The Eclipse Series is the Criterion Collection's way of bundling specific segments of a director's career under one banner. Usually focusing on the less well-known pieces of a filmmaker's oeuvre, the Eclipse boxes come without any bells or whistles, presenting the movies on their own without extras or the meticulous restoration that is usually applied to their more high-end releases. Those kinds of DVDs take a long time to produce, and by taking this approach, the company can take films from the back of the line and get them to the public faster. Thus, the three movies in Silent Ozu - Eclipse Series 10, further subtitled Three Family Comedies, don't have to sit on a shelf waiting for Yasujiro Ozu's more venerated films to work their way through the system and clear up space for them.
Ozu already has his own Eclipse box, and is actually the first director to be a repeat in the collection. Late Ozu was the third in the series, and it showed the director at the end of his long career, making his final films in the '50s and '60s. Silent Ozu swings us back to the other end, presenting three of the Japanese master's early films from the 1930s. Though Ozu had actually begun working in the previous decade, the '30s saw him settling into the type of work that would define his career: films about family and their everyday lives, how they get by and how they deal with the rapidly changing onset of modernity while still keeping the core of family intact. He was already working with screenwriter Kogo Noda, his lifelong collaborator, to achieve a balance of tender humor and poignant drama, establishing a sense of calm sentimentality that would give even his heavier pictures a feeling of being free from Earthly gravity.
Those were all lessons that would serve him well once Ozu transitioned into talkies, but which began forming here, in the silent era.
* Tokyo Chorus (Tokyo no korasu) (90 minutes - 1931): Four years into filmmaking and Ozu made his twenty-second picture, a bittersweet light drama about a struggling family in Tokyo. Though I realize this boxed set is billed as "Three Family Comedies," this is more a comedy as far as its lightness of tone than it is a laugh-out-loud effort. It's more the traditional theatrical definition of comedy, working in opposition to tragedy. In other words, everything turns out all right.

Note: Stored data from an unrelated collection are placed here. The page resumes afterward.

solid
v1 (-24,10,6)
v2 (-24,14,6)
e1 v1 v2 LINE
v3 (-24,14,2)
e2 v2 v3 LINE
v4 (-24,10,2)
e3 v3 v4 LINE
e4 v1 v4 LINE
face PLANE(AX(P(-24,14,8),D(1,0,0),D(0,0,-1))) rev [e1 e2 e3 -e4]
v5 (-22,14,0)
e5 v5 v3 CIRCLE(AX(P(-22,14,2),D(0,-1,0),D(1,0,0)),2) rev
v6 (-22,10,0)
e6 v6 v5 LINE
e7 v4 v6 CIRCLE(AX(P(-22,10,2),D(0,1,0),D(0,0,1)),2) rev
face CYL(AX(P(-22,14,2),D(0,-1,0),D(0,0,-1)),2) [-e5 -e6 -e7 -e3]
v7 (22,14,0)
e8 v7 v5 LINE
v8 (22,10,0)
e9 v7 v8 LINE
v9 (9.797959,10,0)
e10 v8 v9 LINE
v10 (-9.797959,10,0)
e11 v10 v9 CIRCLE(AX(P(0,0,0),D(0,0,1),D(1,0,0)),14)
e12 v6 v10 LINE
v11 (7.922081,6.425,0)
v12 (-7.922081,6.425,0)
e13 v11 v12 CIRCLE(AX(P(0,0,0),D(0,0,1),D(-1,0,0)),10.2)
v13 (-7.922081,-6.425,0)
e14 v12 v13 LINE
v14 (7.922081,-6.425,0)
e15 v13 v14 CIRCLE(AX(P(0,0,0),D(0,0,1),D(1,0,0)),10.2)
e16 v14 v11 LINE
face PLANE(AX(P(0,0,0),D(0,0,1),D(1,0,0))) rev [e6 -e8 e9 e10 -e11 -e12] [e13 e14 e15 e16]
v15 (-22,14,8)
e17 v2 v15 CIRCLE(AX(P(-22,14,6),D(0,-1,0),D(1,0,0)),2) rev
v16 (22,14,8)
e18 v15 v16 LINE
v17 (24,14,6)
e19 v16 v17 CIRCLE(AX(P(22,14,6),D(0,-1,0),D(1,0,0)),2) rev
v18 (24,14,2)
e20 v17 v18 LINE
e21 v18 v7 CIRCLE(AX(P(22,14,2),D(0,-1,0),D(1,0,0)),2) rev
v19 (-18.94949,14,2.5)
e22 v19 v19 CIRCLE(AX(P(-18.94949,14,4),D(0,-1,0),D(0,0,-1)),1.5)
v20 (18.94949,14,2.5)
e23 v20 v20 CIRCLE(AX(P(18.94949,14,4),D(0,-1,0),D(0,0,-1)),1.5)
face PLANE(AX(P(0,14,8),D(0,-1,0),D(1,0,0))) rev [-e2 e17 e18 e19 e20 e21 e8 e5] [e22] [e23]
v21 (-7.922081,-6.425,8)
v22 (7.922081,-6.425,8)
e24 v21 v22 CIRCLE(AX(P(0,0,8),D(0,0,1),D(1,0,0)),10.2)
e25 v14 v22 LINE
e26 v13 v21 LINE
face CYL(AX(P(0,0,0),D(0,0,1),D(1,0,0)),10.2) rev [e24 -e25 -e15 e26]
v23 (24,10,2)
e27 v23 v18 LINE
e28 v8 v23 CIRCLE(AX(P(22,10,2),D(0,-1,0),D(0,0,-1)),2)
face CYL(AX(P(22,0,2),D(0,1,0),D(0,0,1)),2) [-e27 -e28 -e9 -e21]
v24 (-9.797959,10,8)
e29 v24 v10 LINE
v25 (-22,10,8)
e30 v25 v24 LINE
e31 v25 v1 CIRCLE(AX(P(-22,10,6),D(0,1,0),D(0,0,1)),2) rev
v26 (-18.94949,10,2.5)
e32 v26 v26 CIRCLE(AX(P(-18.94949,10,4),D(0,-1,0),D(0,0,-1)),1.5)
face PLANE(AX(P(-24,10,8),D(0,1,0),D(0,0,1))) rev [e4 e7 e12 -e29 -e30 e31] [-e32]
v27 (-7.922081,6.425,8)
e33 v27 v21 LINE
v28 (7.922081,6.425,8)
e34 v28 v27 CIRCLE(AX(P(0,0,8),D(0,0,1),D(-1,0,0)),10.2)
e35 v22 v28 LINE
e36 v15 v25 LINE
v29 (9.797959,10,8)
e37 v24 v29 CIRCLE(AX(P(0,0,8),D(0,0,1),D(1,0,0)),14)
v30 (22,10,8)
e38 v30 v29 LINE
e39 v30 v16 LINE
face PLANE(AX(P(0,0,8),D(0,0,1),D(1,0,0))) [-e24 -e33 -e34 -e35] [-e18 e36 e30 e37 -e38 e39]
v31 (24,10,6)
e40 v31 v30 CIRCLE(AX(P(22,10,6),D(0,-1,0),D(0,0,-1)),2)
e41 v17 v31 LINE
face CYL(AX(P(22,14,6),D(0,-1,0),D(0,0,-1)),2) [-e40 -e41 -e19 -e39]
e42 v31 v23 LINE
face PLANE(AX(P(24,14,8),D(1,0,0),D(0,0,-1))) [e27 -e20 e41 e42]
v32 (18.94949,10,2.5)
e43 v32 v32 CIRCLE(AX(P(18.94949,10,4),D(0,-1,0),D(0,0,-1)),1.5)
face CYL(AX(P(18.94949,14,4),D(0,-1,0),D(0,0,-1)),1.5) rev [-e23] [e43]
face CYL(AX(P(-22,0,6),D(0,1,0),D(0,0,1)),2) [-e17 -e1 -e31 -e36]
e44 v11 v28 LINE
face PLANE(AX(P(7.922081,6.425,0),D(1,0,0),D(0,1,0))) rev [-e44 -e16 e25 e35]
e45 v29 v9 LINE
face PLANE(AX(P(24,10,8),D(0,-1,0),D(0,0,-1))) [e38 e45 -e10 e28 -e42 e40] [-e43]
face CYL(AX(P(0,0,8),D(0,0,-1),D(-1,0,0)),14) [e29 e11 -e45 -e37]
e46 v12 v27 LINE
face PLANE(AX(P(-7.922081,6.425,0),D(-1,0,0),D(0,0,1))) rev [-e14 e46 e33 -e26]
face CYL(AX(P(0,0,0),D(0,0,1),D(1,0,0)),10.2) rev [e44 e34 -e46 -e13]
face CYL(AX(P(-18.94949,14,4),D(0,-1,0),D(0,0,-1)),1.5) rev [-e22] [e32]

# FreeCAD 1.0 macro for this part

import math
import FreeCAD as App
import Part
import Sketcher

V = App.Vector


def edges_at(feature, points):
    """Names of the edges that pass closest to the given points."""
    edges = feature.Shape.Edges
    near = lambda p: min(range(len(edges)), key=lambda i: edges[i].distToShape(Part.Vertex(*p))[0])
    return sorted({f"Edge{near(p) + 1}" for p in points})

doc = App.newDocument("Part")
body = doc.addObject("PartDesign::Body", "Body")

sketch1 = body.newObject("Sketcher::SketchObject", "Sketch")
sketch1.AttachmentSupport = (doc.getObject("XY_Plane"), [""])
sketch1.MapMode = "FlatFace"
sketch1.addGeometry([
    Part.LineSegment(V(-24, 14, 0), V(-24, 10, 0)),
    Part.LineSegment(V(-24, 10, 0), V(-9.797959, 10, 0)),
    Part.ArcOfCircle(Part.Circle(V(0, 0, 0), V(0, 0, 1), 14), math.radians(134.415309), math.radians(405.584691)),
    Part.LineSegment(V(9.797959, 10, 0), V(24, 10, 0)),
    Part.LineSegment(V(24, 10, 0), V(24, 14, 0)),
    Part.LineSegment(V(24, 14, 0), V(-24, 14, 0)),
], False)
sketch1.addConstraint([
    Sketcher.Constraint("Coincident", 0, 2, 1, 1),
    Sketcher.Constraint("Coincident", 1, 2, 2, 1),
    Sketcher.Constraint("Coincident", 2, 2, 3, 1),
    Sketcher.Constraint("Coincident", 3, 2, 4, 1),
    Sketcher.Constraint("Coincident", 4, 2, 5, 1),
    Sketcher.Constraint("Coincident", 5, 2, 0, 1),
    Sketcher.Constraint("Vertical", 0),
    Sketcher.Constraint("Horizontal", 1),
    Sketcher.Constraint("Horizontal", 3),
    Sketcher.Constraint("Vertical", 4),
    Sketcher.Constraint("Horizontal", 5),
    Sketcher.Constraint("Coincident", 2, 3, -1, 1),
    Sketcher.Constraint("Symmetric", 0, 2, 3, 2, -2),
    Sketcher.Constraint("Radius", 2, 14.0),
    Sketcher.Constraint("DistanceX", 5, 2, 5, 1, 48.0),
    Sketcher.Constraint("DistanceY", 0, 2, 0, 1, 4.0),
    Sketcher.Constraint("DistanceY", -1, 1, 0, 2, 10.0),
])
pad1 = body.newObject("PartDesign::Pad", "Pad")
pad1.Profile = sketch1
pad1.Length = 8

sketch2 = body.newObject("Sketcher::SketchObject", "Sketch001")
sketch2.AttachmentSupport = (doc.getObject("XY_Plane"), [""])
sketch2.MapMode = "FlatFace"
sketch2.AttachmentOffset = App.Placement(V(0, 0, 8), App.Rotation())
sketch2.addGeometry([
    Part.LineSegment(V(-7.922081, 6.425, 0), V(-7.922081, -6.425, 0)),
    Part.ArcOfCircle(Part.Circle(V(0, 0, 0), V(0, 0, 1), 10.2), math.radians(-140.95711), math.radians(-39.04289)),
    Part.LineSegment(V(7.922081, -6.425, 0), V(7.922081, 6.425, 0)),
    Part.ArcOfCircle(Part.Circle(V(0, 0, 0), V(0, 0, 1), 10.2), math.radians(39.04289), math.radians(140.95711)),
], False)
sketch2.addConstraint([
    Sketcher.Constraint("Coincident", 0, 2, 1, 1),
    Sketcher.Constraint("Coincident", 1, 2, 2, 1),
    Sketcher.Constraint("Coincident", 2, 2, 3, 1),
    Sketcher.Constraint("Coincident", 3, 2, 0, 1),
    Sketcher.Constraint("Vertical", 0),
    Sketcher.Constraint("Vertical", 2),
    Sketcher.Constraint("Coincident", 1, 3, -1, 1),
    Sketcher.Constraint("Coincident", 3, 3, -1, 1),
    Sketcher.Constraint("Equal", 1, 3),
    Sketcher.Constraint("Horizontal", 0, 2, 1, 2),
    Sketcher.Constraint("Radius", 1, 10.2),
    Sketcher.Constraint("DistanceY", 0, 2, 0, 1, 12.85),
])
pocket1 = body.newObject("PartDesign::Pocket", "Pocket")
pocket1.Profile = sketch2
pocket1.Type = "ThroughAll"
doc.recompute()

fillet = body.newObject("PartDesign::Fillet", "Fillet")
fillet.Base = (pocket1, edges_at(pocket1, [
    (-24, 12, 8),
    (24, 12, 8),
    (-24, 12, 0),
    (24, 12, 0),
]))
fillet.Radius = 2

sketch3 = body.newObject("Sketcher::SketchObject", "Sketch002")
sketch3.AttachmentSupport = (doc.getObject("XZ_Plane"), [""])
sketch3.MapMode = "FlatFace"
sketch3.AttachmentOffset = App.Placement(V(0, 0, -10), App.Rotation())
sketch3.addGeometry([
    Part.Circle(V(-18.94949, 4, 0), V(0, 0, 1), 1.5),
    Part.Circle(V(18.94949, 4, 0), V(0, 0, 1), 1.5),
], False)
sketch3.addConstraint([
    Sketcher.Constraint("Equal", 0, 1),
    Sketcher.Constraint("Symmetric", 0, 3, 1, 3, -2),
    Sketcher.Constraint("Diameter", 0, 3.0),
    Sketcher.Constraint("DistanceY", -1, 1, 0, 3, 4.0),
    Sketcher.Constraint("DistanceX", 0, 3, -1, 1, 18.94949),
])
pocket2 = body.newObject("PartDesign::Pocket", "Pocket001")
pocket2.Profile = sketch3
pocket2.Type = "ThroughAll"

doc.recompute()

You could actually say that the comedy comes from the foolhardy ego of Shinji Okajima (Tokihiko Okada) needing to be deflated in order for him to grow up. Beginning in his school years, Okajima is the class cut-up making life difficult for his teacher, Omura (Tatsuo Saito). Underneath the antics, though, Ozu is introducing his larger themes of poverty and social standing. Much of Okajima's joking is covering up for the fact that he is not as well-off as his fellow students, his uniform is not up to snuff.
Cut to post graduation, and Okajima is now a family man with three children and a caring wife (Emiko Yaguma). He works for an insurance company and is getting on fine in his daily life, but as we will see, he is still caught somewhere between his idealistic youth and his real responsibilities. Hence, when his son (Hideo Sugawara) begs for a bike, Daddy promises the boy one to be a good guy and cool father; when the older office worker (Takeshi Sakamoto) gets fired from his firm, Okajima stands up for him, showing his coworkers that he has the mettle to oppose injustice. This only gets him fired, as well, and the rest of Tokyo Chorus is spent watching Okajima learn how to navigate his new station in life. Ozu adopts a realistic, socially critical eye to view Okajima's struggle, showing the poverty and employment on the city streets. Okajima is still left-of-center as far as this social commentary is concerned: he's still the clown from the early scenes, the happy dad from a family drama. Part of his new education, which is once again aided by teacher Omura, is to get more in line with reality, to drop the act and the pretense of pride, and face life with a clear vision. Ironically, what he will discover is that by growing up and accepting adulthood, he is once again free to enjoy himself.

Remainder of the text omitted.